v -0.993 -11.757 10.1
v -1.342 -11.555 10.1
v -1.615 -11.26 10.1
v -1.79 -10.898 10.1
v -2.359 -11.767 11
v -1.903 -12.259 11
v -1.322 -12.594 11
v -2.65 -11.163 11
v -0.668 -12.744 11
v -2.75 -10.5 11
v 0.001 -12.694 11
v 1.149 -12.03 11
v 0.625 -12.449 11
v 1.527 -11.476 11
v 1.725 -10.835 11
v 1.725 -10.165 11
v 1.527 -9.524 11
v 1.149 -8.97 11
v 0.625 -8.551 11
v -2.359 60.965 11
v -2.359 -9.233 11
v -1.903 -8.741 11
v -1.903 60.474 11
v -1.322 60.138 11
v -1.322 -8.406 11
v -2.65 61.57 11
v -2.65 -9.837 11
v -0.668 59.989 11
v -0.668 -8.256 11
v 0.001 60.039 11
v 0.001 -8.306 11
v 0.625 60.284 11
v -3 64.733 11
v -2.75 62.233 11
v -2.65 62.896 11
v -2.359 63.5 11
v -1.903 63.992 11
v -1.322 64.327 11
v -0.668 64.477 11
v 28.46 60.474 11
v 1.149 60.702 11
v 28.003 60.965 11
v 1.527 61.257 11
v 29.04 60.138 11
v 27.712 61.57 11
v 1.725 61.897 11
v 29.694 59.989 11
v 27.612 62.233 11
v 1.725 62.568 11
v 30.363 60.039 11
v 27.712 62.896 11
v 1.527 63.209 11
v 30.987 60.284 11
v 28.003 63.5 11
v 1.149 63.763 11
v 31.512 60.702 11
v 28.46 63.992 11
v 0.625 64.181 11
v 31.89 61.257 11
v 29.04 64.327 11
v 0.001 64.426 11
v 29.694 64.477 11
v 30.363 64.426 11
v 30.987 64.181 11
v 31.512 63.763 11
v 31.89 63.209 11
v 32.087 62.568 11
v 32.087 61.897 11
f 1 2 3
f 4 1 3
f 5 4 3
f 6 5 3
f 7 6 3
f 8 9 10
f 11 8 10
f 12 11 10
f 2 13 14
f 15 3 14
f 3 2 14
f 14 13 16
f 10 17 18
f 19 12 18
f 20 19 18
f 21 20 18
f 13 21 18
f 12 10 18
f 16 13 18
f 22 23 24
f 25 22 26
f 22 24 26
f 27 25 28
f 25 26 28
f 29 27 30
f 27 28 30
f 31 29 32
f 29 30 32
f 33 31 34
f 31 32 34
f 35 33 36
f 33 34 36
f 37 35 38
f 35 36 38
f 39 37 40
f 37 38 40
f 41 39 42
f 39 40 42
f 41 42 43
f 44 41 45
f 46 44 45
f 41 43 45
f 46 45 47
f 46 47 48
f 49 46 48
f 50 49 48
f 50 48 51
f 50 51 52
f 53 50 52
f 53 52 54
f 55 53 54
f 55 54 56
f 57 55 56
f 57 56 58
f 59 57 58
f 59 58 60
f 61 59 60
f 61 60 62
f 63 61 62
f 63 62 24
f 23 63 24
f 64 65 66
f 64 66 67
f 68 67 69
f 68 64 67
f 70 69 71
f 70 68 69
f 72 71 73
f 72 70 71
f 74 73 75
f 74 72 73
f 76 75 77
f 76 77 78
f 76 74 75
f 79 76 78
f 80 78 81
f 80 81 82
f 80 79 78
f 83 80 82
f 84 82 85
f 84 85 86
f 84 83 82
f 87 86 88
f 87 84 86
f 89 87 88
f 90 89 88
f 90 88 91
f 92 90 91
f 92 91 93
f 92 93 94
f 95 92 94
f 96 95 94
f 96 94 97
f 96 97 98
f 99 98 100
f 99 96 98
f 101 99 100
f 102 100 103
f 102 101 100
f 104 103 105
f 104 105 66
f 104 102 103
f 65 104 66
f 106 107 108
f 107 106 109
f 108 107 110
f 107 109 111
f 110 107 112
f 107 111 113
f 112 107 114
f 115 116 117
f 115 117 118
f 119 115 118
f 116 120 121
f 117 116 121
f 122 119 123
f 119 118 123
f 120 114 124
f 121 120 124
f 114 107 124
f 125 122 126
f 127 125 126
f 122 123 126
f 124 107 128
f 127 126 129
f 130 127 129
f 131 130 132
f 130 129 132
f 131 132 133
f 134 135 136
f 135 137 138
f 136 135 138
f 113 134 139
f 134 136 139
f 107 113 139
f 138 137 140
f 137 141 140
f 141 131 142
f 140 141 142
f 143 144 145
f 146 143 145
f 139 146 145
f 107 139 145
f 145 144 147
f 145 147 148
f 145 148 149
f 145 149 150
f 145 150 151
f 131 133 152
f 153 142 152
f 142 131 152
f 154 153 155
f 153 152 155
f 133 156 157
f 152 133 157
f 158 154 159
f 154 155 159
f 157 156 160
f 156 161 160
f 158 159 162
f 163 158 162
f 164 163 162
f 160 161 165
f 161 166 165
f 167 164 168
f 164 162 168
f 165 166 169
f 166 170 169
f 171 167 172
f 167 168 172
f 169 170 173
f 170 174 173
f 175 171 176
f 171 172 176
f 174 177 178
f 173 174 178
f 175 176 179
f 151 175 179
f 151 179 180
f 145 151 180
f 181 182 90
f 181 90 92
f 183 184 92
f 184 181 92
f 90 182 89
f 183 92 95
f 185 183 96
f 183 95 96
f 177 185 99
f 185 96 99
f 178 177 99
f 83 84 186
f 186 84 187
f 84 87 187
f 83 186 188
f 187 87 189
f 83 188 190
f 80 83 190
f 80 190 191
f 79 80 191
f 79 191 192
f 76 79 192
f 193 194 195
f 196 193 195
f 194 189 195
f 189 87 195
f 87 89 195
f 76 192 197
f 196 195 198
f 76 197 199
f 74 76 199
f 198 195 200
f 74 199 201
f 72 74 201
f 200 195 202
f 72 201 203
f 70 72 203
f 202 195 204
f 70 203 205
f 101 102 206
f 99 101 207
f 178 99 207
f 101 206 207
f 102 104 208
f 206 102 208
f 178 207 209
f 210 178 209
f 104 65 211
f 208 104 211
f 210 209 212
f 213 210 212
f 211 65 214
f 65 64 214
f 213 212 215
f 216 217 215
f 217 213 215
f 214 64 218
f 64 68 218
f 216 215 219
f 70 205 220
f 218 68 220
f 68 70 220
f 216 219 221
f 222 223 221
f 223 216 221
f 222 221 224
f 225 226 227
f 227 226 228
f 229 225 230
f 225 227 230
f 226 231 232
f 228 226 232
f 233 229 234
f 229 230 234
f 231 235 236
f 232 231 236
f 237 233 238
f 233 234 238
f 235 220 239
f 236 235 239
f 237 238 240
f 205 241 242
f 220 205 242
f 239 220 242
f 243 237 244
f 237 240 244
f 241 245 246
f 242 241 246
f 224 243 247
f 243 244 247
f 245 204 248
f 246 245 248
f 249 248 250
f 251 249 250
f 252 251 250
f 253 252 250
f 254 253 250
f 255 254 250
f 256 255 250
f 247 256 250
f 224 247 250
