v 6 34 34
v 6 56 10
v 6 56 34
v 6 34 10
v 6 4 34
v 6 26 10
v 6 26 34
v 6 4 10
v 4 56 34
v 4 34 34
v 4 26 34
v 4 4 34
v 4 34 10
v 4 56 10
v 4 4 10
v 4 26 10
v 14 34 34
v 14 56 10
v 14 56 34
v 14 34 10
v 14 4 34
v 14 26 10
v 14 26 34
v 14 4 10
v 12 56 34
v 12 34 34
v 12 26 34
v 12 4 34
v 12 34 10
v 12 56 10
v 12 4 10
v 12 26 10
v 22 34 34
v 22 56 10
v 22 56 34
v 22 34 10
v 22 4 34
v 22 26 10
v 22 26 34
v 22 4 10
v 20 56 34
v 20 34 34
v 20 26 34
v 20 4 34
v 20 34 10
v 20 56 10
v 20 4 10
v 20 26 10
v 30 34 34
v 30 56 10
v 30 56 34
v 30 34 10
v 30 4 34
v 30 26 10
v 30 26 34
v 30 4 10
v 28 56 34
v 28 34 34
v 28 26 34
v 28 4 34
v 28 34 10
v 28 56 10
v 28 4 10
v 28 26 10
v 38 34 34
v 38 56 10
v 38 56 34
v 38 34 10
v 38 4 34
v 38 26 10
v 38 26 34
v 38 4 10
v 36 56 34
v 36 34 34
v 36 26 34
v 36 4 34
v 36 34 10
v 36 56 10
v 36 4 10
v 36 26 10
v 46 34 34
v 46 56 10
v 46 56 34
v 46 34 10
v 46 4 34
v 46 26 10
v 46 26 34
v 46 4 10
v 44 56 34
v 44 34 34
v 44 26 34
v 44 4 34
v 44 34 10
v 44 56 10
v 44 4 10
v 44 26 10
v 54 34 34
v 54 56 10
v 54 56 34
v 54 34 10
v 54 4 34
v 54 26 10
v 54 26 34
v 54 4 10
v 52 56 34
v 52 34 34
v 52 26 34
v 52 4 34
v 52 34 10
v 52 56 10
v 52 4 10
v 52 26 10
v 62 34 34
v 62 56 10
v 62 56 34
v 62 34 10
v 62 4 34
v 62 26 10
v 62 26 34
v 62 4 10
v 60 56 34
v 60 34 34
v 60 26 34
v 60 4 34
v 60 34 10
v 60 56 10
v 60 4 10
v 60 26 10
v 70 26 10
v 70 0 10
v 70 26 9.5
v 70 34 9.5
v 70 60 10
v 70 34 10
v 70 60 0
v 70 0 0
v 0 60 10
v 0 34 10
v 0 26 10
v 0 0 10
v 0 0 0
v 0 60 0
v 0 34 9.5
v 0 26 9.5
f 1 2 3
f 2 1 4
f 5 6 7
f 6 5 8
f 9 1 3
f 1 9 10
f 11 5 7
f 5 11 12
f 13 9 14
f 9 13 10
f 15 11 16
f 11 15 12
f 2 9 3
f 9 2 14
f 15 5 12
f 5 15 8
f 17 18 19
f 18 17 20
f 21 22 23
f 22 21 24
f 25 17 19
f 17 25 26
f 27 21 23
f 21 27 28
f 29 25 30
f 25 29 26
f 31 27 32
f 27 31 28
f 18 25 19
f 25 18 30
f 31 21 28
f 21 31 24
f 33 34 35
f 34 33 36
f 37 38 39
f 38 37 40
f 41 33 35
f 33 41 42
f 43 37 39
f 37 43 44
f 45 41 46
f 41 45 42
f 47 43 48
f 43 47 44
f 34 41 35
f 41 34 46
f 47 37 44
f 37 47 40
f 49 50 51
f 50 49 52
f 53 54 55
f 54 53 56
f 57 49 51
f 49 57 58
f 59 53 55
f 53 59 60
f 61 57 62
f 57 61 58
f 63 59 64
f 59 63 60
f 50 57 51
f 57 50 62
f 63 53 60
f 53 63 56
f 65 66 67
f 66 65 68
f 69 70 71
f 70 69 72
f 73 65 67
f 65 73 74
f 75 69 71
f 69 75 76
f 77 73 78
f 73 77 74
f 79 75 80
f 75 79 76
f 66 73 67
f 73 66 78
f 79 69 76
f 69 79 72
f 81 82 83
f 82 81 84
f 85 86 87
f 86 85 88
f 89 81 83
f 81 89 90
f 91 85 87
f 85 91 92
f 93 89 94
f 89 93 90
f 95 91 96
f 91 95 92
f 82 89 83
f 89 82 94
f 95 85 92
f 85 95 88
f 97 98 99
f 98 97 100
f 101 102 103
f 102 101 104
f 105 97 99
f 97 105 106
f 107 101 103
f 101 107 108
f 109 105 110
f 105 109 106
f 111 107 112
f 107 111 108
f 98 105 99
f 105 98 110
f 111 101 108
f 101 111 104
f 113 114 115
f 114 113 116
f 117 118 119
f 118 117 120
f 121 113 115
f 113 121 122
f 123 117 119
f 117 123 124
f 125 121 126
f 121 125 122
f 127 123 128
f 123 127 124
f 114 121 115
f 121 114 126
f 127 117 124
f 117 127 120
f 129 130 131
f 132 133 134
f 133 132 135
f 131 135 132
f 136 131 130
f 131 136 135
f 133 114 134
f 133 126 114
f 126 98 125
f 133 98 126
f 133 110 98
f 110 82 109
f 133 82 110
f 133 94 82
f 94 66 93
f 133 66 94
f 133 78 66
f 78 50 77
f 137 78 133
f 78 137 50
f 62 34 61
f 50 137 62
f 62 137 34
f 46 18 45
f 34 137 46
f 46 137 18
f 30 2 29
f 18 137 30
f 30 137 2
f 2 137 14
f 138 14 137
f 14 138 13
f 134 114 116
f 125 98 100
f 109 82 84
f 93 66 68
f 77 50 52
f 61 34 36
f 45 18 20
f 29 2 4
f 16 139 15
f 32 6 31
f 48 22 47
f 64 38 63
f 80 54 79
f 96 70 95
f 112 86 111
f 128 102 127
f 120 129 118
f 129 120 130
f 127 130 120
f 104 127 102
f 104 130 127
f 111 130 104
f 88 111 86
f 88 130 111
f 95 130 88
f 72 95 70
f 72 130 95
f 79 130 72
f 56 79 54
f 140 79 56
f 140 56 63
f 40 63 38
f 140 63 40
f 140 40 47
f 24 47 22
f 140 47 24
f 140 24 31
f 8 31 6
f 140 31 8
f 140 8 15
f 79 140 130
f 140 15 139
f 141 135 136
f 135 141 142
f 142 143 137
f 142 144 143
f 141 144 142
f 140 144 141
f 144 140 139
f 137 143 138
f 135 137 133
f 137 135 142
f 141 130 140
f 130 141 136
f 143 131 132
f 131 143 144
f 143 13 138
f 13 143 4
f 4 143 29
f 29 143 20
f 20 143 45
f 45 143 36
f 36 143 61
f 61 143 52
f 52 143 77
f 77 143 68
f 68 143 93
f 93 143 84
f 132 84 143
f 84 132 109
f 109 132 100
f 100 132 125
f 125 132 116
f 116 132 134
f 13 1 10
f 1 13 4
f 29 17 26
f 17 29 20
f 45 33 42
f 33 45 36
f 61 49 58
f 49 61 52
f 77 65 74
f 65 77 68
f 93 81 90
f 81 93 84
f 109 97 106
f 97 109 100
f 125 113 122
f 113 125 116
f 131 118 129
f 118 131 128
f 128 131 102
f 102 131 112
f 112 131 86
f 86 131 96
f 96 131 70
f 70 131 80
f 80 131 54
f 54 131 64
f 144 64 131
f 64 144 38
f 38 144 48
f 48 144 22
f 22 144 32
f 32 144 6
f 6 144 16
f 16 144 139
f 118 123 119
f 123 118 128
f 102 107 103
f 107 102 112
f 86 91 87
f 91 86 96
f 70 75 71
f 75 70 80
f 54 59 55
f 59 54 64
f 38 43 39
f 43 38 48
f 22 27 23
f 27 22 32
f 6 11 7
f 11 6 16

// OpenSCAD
$fn = 32;

// ----------------------------------------------------------------------
// Heatsink: slotted fin block
// ----------------------------------------------------------------------

// --- parameters (mm) ---
base_l = 70;              // base length, X
base_w = 60;              // base width, Y
base_t = 10;              // base plate thickness
fin_h = 25;               // fin height above the base
fin_t = 2;                // fin thickness
edge = 4;                 // margin from the base ends
pitch = 8;                // fin pitch
slot_w = 8;               // central slot width, Y

n_fins = floor((base_l - 2 * edge - fin_t) / pitch) + 1;  // fin count
total_h = base_t + fin_h - 1;  // overall height

difference() {
union() {
  cube([base_l, base_w, base_t]);
  for (i = [0 : n_fins - 1])
    translate([edge + i * pitch, edge, base_t - 1])
      cube([fin_t, base_w - 2 * edge, fin_h]);
}
  translate([-1, base_w / 2 - slot_w / 2, base_t - 0.5])
    cube([base_l + 2, slot_w, fin_h + 2]);
}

--------------------------------

Work required –
Give back exactly the lines of the listing above, starting with its first line and ending with the line that holds "v 28.003 63.5 11".

Expected answer –
v -0.993 -11.757 10.1
v -1.342 -11.555 10.1
v -1.615 -11.26 10.1
v -1.79 -10.898 10.1
v -2.359 -11.767 11
v -1.903 -12.259 11
v -1.322 -12.594 11
v -2.65 -11.163 11
v -0.668 -12.744 11
v -2.75 -10.5 11
v 0.001 -12.694 11
v 1.149 -12.03 11
v 0.625 -12.449 11
v 1.527 -11.476 11
v 1.725 -10.835 11
v 1.725 -10.165 11
v 1.527 -9.524 11
v 1.149 -8.97 11
v 0.625 -8.551 11
v -2.359 60.965 11
v -2.359 -9.233 11
v -1.903 -8.741 11
v -1.903 60.474 11
v -1.322 60.138 11
v -1.322 -8.406 11
v -2.65 61.57 11
v -2.65 -9.837 11
v -0.668 59.989 11
v -0.668 -8.256 11
v 0.001 60.039 11
v 0.001 -8.306 11
v 0.625 60.284 11
v -3 64.733 11
v -2.75 62.233 11
v -2.65 62.896 11
v -2.359 63.5 11
v -1.903 63.992 11
v -1.322 64.327 11
v -0.668 64.477 11
v 28.46 60.474 11
v 1.149 60.702 11
v 28.003 60.965 11
v 1.527 61.257 11
v 29.04 60.138 11
v 27.712 61.57 11
v 1.725 61.897 11
v 29.694 59.989 11
v 27.612 62.233 11
v 1.725 62.568 11
v 30.363 60.039 11
v 27.712 62.896 11
v 1.527 63.209 11
v 30.987 60.284 11
v 28.003 63.5 11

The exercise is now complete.